=== YOUR GOAL ===
Every record, from the first line to the last, needs to be given again exactly.

Segment Open

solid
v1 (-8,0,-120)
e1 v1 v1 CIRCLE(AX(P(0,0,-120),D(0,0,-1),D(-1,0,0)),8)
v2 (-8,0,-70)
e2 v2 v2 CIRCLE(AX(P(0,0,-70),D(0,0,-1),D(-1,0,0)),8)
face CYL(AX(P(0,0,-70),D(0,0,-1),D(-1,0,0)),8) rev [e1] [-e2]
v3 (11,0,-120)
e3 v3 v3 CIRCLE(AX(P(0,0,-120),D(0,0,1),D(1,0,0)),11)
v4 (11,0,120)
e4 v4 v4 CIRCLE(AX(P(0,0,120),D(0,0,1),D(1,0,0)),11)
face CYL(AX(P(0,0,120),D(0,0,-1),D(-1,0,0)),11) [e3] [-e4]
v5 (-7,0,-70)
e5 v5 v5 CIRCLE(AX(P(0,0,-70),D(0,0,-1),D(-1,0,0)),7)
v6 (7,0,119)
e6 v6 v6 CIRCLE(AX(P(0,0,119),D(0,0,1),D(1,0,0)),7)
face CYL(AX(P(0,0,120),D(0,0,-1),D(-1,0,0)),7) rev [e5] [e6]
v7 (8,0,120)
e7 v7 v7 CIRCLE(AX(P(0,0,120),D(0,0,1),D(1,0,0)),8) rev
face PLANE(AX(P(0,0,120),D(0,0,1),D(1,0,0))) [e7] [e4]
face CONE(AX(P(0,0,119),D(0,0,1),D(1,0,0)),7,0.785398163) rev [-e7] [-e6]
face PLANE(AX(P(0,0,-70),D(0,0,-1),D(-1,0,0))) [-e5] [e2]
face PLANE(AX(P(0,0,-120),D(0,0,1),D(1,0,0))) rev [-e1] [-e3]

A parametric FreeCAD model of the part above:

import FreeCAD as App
import Part
import Sketcher

V = App.Vector


def edges_at(feature, points):
    """Names of the edges that pass closest to the given points."""
    edges = feature.Shape.Edges
    near = lambda p: min(range(len(edges)), key=lambda i: edges[i].distToShape(Part.Vertex(*p))[0])
    return sorted({f"Edge{near(p) + 1}" for p in points})

doc = App.newDocument("Part")
body = doc.addObject("PartDesign::Body", "Body")

# Sketch on XY plane
sketch1 = body.newObject("Sketcher::SketchObject", "Sketch")
sketch1.AttachmentSupport = (doc.getObject("XY_Plane"), [""])
sketch1.MapMode = "FlatFace"
sketch1.addGeometry(Part.Circle(V(0, 0, 0), V(0, 0, 1), 11), False)
sketch1.addGeometry(Part.Circle(V(0, 0, 0), V(0, 0, 1), 7), False)
sketch1.addConstraint(Sketcher.Constraint("Coincident", 0, 3, -1, 1))
sketch1.addConstraint(Sketcher.Constraint("Coincident", 1, 3, -1, 1))
sketch1.addConstraint(Sketcher.Constraint("Diameter", 0, 22.0))
sketch1.addConstraint(Sketcher.Constraint("Diameter", 1, 14.0))
pad1 = body.newObject("PartDesign::Pad", "Pad")
pad1.Profile = sketch1
pad1.Length = 240
pad1.Midplane = True

# Sketch on XY plane
sketch2 = body.newObject("Sketcher::SketchObject", "Sketch001")
sketch2.AttachmentSupport = (doc.getObject("XY_Plane"), [""])
sketch2.MapMode = "FlatFace"
sketch2.AttachmentOffset = App.Placement(V(0, 0, -120), App.Rotation())
sketch2.addGeometry(Part.Circle(V(0, 0, 0), V(0, 0, 1), 8), False)
sketch2.addConstraint(Sketcher.Constraint("Coincident", 0, 3, -1, 1))
sketch2.addConstraint(Sketcher.Constraint("Diameter", 0, 16.0))
pocket1 = body.newObject("PartDesign::Pocket", "Pocket")
pocket1.Profile = sketch2
pocket1.Length = 50
pocket1.Reversed = True
doc.recompute()

chamfer = body.newObject("PartDesign::Chamfer", "Chamfer")
chamfer.Base = (pocket1, edges_at(pocket1, [(-7, 0, 120)]))
chamfer.Size = 1

doc.recompute()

Segment Closed

=== EXERCISE RESPONSE ===
solid
v1 (-8,0,-120)
e1 v1 v1 CIRCLE(AX(P(0,0,-120),D(0,0,-1),D(-1,0,0)),8)
v2 (-8,0,-70)
e2 v2 v2 CIRCLE(AX(P(0,0,-70),D(0,0,-1),D(-1,0,0)),8)
face CYL(AX(P(0,0,-70),D(0,0,-1),D(-1,0,0)),8) rev [e1] [-e2]
v3 (11,0,-120)
e3 v3 v3 CIRCLE(AX(P(0,0,-120),D(0,0,1),D(1,0,0)),11)
v4 (11,0,120)
e4 v4 v4 CIRCLE(AX(P(0,0,120),D(0,0,1),D(1,0,0)),11)
face CYL(AX(P(0,0,120),D(0,0,-1),D(-1,0,0)),11) [e3] [-e4]
v5 (-7,0,-70)
e5 v5 v5 CIRCLE(AX(P(0,0,-70),D(0,0,-1),D(-1,0,0)),7)
v6 (7,0,119)
e6 v6 v6 CIRCLE(AX(P(0,0,119),D(0,0,1),D(1,0,0)),7)
face CYL(AX(P(0,0,120),D(0,0,-1),D(-1,0,0)),7) rev [e5] [e6]
v7 (8,0,120)
e7 v7 v7 CIRCLE(AX(P(0,0,120),D(0,0,1),D(1,0,0)),8) rev
face PLANE(AX(P(0,0,120),D(0,0,1),D(1,0,0))) [e7] [e4]
face CONE(AX(P(0,0,119),D(0,0,1),D(1,0,0)),7,0.785398163) rev [-e7] [-e6]
face PLANE(AX(P(0,0,-70),D(0,0,-1),D(-1,0,0))) [-e5] [e2]
face PLANE(AX(P(0,0,-120),D(0,0,1),D(1,0,0))) rev [-e1] [-e3]

A parametric FreeCAD model of the part above:

import FreeCAD as App
import Part
import Sketcher

V = App.Vector


def edges_at(feature, points):
    """Names of the edges that pass closest to the given points."""
    edges = feature.Shape.Edges
    near = lambda p: min(range(len(edges)), key=lambda i: edges[i].distToShape(Part.Vertex(*p))[0])
    return sorted({f"Edge{near(p) + 1}" for p in points})

doc = App.newDocument("Part")
body = doc.addObject("PartDesign::Body", "Body")

# Sketch on XY plane
sketch1 = body.newObject("Sketcher::SketchObject", "Sketch")
sketch1.AttachmentSupport = (doc.getObject("XY_Plane"), [""])
sketch1.MapMode = "FlatFace"
sketch1.addGeometry(Part.Circle(V(0, 0, 0), V(0, 0, 1), 11), False)
sketch1.addGeometry(Part.Circle(V(0, 0, 0), V(0, 0, 1), 7), False)
sketch1.addConstraint(Sketcher.Constraint("Coincident", 0, 3, -1, 1))
sketch1.addConstraint(Sketcher.Constraint("Coincident", 1, 3, -1, 1))
sketch1.addConstraint(Sketcher.Constraint("Diameter", 0, 22.0))
sketch1.addConstraint(Sketcher.Constraint("Diameter", 1, 14.0))
pad1 = body.newObject("PartDesign::Pad", "Pad")
pad1.Profile = sketch1
pad1.Length = 240
pad1.Midplane = True

# Sketch on XY plane
sketch2 = body.newObject("Sketcher::SketchObject", "Sketch001")
sketch2.AttachmentSupport = (doc.getObject("XY_Plane"), [""])
sketch2.MapMode = "FlatFace"
sketch2.AttachmentOffset = App.Placement(V(0, 0, -120), App.Rotation())
sketch2.addGeometry(Part.Circle(V(0, 0, 0), V(0, 0, 1), 8), False)
sketch2.addConstraint(Sketcher.Constraint("Coincident", 0, 3, -1, 1))
sketch2.addConstraint(Sketcher.Constraint("Diameter", 0, 16.0))
pocket1 = body.newObject("PartDesign::Pocket", "Pocket")
pocket1.Profile = sketch2
pocket1.Length = 50
pocket1.Reversed = True
doc.recompute()

chamfer = body.newObject("PartDesign::Chamfer", "Chamfer")
chamfer.Base = (pocket1, edges_at(pocket1, [(-7, 0, 120)]))
chamfer.Size = 1

doc.recompute()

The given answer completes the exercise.